Ultimately, the path to decarbonization requires integrating technical feasibility with behavioral realism and societal values. By fostering collaboration across disciplines and leveraging innovative methodologies, policymakers can craft strategies that not only achieve carbon neutrality but also enhance societal well-being, equity, and resilience in the face of a changing climate. This integrated approach ensures that the transition to a sustainable future is both effective and inclusive, addressing the diverse needs and challenges of global populations.

Behavioral change does not occur in a vacuum, however. Structural conditions — such as infrastructure design, market incentives, urban planning, and institutional norms — shape both the feasibility and desirability of low-carbon choices. System-level transformations are therefore necessary to remove barriers and create enabling conditions for sustainable mobility. Policies such as investments in public transport, regulations, subsidies, and infrastructure development play a key role, requiring coordinated efforts from governments, industry, and other influential actors.

We also acknowledge that climate change policies cannot be reduced to a binary choice between technological innovation and individual behavioral change. They are embedded in political, economic, and institutional contexts that shape both the demand and supply sides of the transport sector. Structural drivers—such as planning decisions, market incentives, and vested interests—often influence mobility patterns and technology uptake as much as, if not more than, consumer preferences.
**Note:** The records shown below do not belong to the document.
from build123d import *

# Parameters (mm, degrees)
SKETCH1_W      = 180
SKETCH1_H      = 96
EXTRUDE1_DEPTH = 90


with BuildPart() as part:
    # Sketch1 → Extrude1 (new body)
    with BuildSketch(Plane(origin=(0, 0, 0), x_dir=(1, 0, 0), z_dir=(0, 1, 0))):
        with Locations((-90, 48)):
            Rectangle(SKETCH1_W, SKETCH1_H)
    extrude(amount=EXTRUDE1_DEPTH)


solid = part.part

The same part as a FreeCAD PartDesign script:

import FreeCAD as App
import Part
import Sketcher
from FreeCAD import Vector


def add_polygon(sketch, points):
    """Adds a closed chain of lines whose ends are joined by coincident constraints."""
    first, n = sketch.GeometryCount, len(points)
    for a, b in zip(points, points[1:] + points[:1]):
        sketch.addGeometry(Part.LineSegment(App.Vector(*a, 0), App.Vector(*b, 0)), False)
    for i in range(n):
        sketch.addConstraint(Sketcher.Constraint("Coincident", first + i, 2, first + (i + 1) % n, 1))

doc = App.newDocument("Part")
body = doc.addObject("PartDesign::Body", "Body")

# Sketch on XZ plane
sketch1 = body.newObject("Sketcher::SketchObject", "Sketch")
sketch1.AttachmentSupport = (doc.getObject("XZ_Plane"), [""])
sketch1.MapMode = "FlatFace"
add_polygon(sketch1, [(-180, -96), (-180, 0), (0, 0), (0, -96)])  # lines 0-3
sketch1.addConstraint([
    Sketcher.Constraint("Vertical", 0),
    Sketcher.Constraint("Horizontal", 1),
    Sketcher.Constraint("Vertical", 2),
    Sketcher.Constraint("Horizontal", 3),
    Sketcher.Constraint("Coincident", 1, 2, -1, 1),
    Sketcher.Constraint("DistanceX", 1, 1, 1, 2, 180.0),
    Sketcher.Constraint("DistanceY", 0, 1, 0, 2, 96.0),
])
pad1 = body.newObject("PartDesign::Pad", "Pad")
pad1.Profile = sketch1
pad1.Length = 90
pad1.Reversed = True

doc.recompute()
For example, London’s congestion charging scheme, introduced in 2003, demonstrated how regulatory pricing can substantially reduce traffic volumes and improve air quality while raising questions of public acceptability, distributional fairness, and revenue use52,54. By contrast, the 2018 French gilets jaunes protests65,121 were triggered by a planned fuel tax increase, illustrating how climate measures that overlook equity and rural mobility constraints can provoke political backlash and undermine long-term decarbonization strategies67,122. These cases highlight how the distributive consequences of climate action raise fundamental questions of justice and legitimacy—namely, who pays, who benefits, and who decides66. As emphasized in the broader sustainability transitions literature, climate mitigation should thus be understood not only in terms of efficiency and acceptability, but also as a governance challenge: one that requires aligning actors, coordinating sectors, and building durable political coalitions capable of sustaining long-term investment under shifting economic and electoral conditions123,124.
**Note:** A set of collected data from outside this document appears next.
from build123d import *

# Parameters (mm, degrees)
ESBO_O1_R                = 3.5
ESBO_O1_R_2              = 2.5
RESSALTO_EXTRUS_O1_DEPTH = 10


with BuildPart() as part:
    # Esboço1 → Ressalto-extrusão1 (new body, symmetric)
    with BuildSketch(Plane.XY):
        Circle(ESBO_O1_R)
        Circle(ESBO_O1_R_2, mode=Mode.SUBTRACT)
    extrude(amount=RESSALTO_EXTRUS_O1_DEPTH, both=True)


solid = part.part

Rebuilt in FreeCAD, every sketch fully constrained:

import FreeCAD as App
import Part
import Sketcher
from FreeCAD import Vector

doc = App.newDocument("Part")
body = doc.addObject("PartDesign::Body", "Body")

# Sketch on XY plane
sketch1 = doc.addObject("Sketcher::SketchObject", "Sketch")
body.addObject(sketch1)
sketch1.AttachmentSupport = (doc.XY_Plane, [""])
sketch1.MapMode = "FlatFace"
sketch1.addGeometry([
    Part.Circle(Vector(0, 0, 0), Vector(0, 0, 1), 3.5),
    Part.Circle(Vector(0, 0, 0), Vector(0, 0, 1), 2.5),
], False)
sketch1.addConstraint([
    Sketcher.Constraint("Coincident", 0, 3, -1, 1),
    Sketcher.Constraint("Coincident", 1, 3, -1, 1),
    Sketcher.Constraint("Diameter", 0, 7.0),
    Sketcher.Constraint("Diameter", 1, 5.0),
])
pad1 = doc.addObject("PartDesign::Pad", "Pad")
body.addObject(pad1)
pad1.Profile = sketch1
pad1.Length = 20
pad1.Midplane = True

doc.recompute()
Another working group at the same symposium125, likewise emphasized that climate responsibility should not be framed as individual blame, but rather as a forward-looking collective obligation. They stressed that behavioral responses cannot be examined in isolation; instead, they must be situated within the political, institutional, and structural contexts that shape people’s capacity to act. From this perspective, sustainable choices depend less on individual willpower than on the social norms, infrastructures, regulatory and legal frameworks, and power relations that together enable or constrain them.
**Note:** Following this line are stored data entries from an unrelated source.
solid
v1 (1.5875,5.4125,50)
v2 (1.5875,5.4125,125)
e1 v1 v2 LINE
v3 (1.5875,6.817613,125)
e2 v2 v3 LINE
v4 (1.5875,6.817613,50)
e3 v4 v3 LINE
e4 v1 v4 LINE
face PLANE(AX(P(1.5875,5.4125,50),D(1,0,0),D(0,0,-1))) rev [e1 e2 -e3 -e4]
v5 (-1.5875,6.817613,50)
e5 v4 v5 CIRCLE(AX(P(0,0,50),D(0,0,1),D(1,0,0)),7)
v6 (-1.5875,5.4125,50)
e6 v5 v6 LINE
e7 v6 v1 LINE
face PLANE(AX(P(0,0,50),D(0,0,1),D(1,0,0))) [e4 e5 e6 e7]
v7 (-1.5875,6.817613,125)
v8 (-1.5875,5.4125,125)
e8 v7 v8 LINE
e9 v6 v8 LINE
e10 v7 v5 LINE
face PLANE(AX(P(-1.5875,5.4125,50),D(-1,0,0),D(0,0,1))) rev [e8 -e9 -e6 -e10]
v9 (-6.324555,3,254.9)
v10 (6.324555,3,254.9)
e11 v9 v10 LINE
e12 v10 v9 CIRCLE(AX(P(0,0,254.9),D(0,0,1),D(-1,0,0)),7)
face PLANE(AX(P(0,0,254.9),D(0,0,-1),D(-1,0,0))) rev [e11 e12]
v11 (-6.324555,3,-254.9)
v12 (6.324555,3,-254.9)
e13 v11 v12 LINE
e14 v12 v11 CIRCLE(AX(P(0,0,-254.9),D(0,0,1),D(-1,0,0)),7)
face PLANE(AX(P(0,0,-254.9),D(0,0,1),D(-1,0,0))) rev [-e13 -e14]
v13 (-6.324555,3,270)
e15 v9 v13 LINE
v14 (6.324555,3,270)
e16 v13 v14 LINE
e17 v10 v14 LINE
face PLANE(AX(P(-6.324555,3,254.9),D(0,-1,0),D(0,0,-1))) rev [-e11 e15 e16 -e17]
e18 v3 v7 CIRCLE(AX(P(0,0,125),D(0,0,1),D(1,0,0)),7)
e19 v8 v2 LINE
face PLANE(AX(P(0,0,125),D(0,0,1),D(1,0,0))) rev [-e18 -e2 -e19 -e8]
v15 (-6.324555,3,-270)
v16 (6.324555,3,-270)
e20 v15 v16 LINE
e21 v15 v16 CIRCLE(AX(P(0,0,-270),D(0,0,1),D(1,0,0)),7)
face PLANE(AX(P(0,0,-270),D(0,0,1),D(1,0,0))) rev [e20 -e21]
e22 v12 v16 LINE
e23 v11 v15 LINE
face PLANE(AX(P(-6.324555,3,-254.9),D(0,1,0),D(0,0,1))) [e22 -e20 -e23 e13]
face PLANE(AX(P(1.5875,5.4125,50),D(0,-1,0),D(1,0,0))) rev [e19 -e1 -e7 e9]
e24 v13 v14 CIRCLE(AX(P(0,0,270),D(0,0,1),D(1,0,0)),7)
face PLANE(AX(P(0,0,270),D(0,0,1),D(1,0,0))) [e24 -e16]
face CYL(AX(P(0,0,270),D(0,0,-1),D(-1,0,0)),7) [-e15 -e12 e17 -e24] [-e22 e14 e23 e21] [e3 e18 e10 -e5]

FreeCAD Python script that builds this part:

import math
import FreeCAD as App
import Part
import Sketcher
from FreeCAD import Vector


def add_polygon(sketch, points):
    """Adds a closed chain of lines whose ends are joined by coincident constraints."""
    first, n = sketch.GeometryCount, len(points)
    for a, b in zip(points, points[1:] + points[:1]):
        sketch.addGeometry(Part.LineSegment(App.Vector(*a, 0), App.Vector(*b, 0)), False)
    for i in range(n):
        sketch.addConstraint(Sketcher.Constraint("Coincident", first + i, 2, first + (i + 1) % n, 1))

doc = App.newDocument("Part")
body = doc.addObject("PartDesign::Body", "Body")

# Sketch on XY plane
sketch1 = body.newObject("Sketcher::SketchObject", "Sketch")
sketch1.AttachmentSupport = (doc.getObject("XY_Plane"), [""])
sketch1.MapMode = "FlatFace"
sketch1.addGeometry(Part.Circle(Vector(0, 0, 0), Vector(0, 0, 1), 7), False)
sketch1.addConstraint([
    Sketcher.Constraint("Coincident", 0, 3, -1, 1),
    Sketcher.Constraint("Diameter", 0, 14.0),
])
pad1 = body.newObject("PartDesign::Pad", "Pad")
pad1.Profile = sketch1
pad1.Length = 540
pad1.Midplane = True

# Sketch on XY plane
sketch2 = body.newObject("Sketcher::SketchObject", "Sketch001")
sketch2.AttachmentSupport = (doc.getObject("XY_Plane"), [""])
sketch2.MapMode = "FlatFace"
sketch2.AttachmentOffset = App.Placement(Vector(0, 0, 270), App.Rotation())
sketch2.addGeometry([
    Part.LineSegment(Vector(-6, 3, 0), Vector(6, 3, 0)),
    Part.ArcOfCircle(Part.Circle(Vector(0, 0, 0), Vector(0, 0, 1), 7), math.radians(25), math.radians(155)),
], False)
sketch2.addConstraint([
    Sketcher.Constraint("Coincident", 0, 1, 1, 2),
    Sketcher.Constraint("Coincident", 1, 1, 0, 2),
    Sketcher.Constraint("Horizontal", 0),
    Sketcher.Constraint("Coincident", 1, 3, -1, 1),
    Sketcher.Constraint("Radius", 1, 7.0),
    Sketcher.Constraint("DistanceY", -1, 1, 0, 1, 3.0),
])
pocket1 = body.newObject("PartDesign::Pocket", "Pocket")
pocket1.Profile = sketch2
pocket1.Length = 15.1

# Sketch on XY plane
sketch3 = body.newObject("Sketcher::SketchObject", "Sketch002")
sketch3.AttachmentSupport = (doc.getObject("XY_Plane"), [""])
sketch3.MapMode = "FlatFace"
sketch3.AttachmentOffset = App.Placement(Vector(0, 0, 125), App.Rotation())
add_polygon(sketch3, [(-1.6, 8.6), (-1.6, 5.4), (1.6, 5.4), (1.6, 8.6)])  # lines 0-3
sketch3.addConstraint([
    Sketcher.Constraint("Vertical", 0),
    Sketcher.Constraint("Horizontal", 1),
    Sketcher.Constraint("Vertical", 2),
    Sketcher.Constraint("Horizontal", 3),
    Sketcher.Constraint("Equal", 3, 0),
    Sketcher.Constraint("DistanceX", 1, 1, 1, 2, 3.175),
    Sketcher.Constraint("DistanceX", 0, 2, -1, 1, 1.5875),
    Sketcher.Constraint("DistanceY", -1, 1, 0, 2, 5.4125),
])
pocket2 = body.newObject("PartDesign::Pocket", "Pocket001")
pocket2.Profile = sketch3
pocket2.Length = 75
doc.recompute()

mirrored = body.newObject("PartDesign::Mirrored", "Mirrored")
mirrored.Originals = [pocket1]
mirrored.MirrorPlane = (doc.getObject("XY_Plane"), [""])
body.Tip = mirrored

doc.recompute()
Our focus on the behavioral dimension is therefore not intended to shift responsibility to individuals, but rather to highlight the importance of aligning system-level change with human motivations. Understanding how people respond to evolving opportunities, constraints, and incentives remains crucial for ensuring that policy interventions are not only technically sound but also socially acceptable and politically feasible. The framework described in this paper is designed precisely to support this goal by integrating behavioral data and models into the evaluation and design of decarbonization strategies.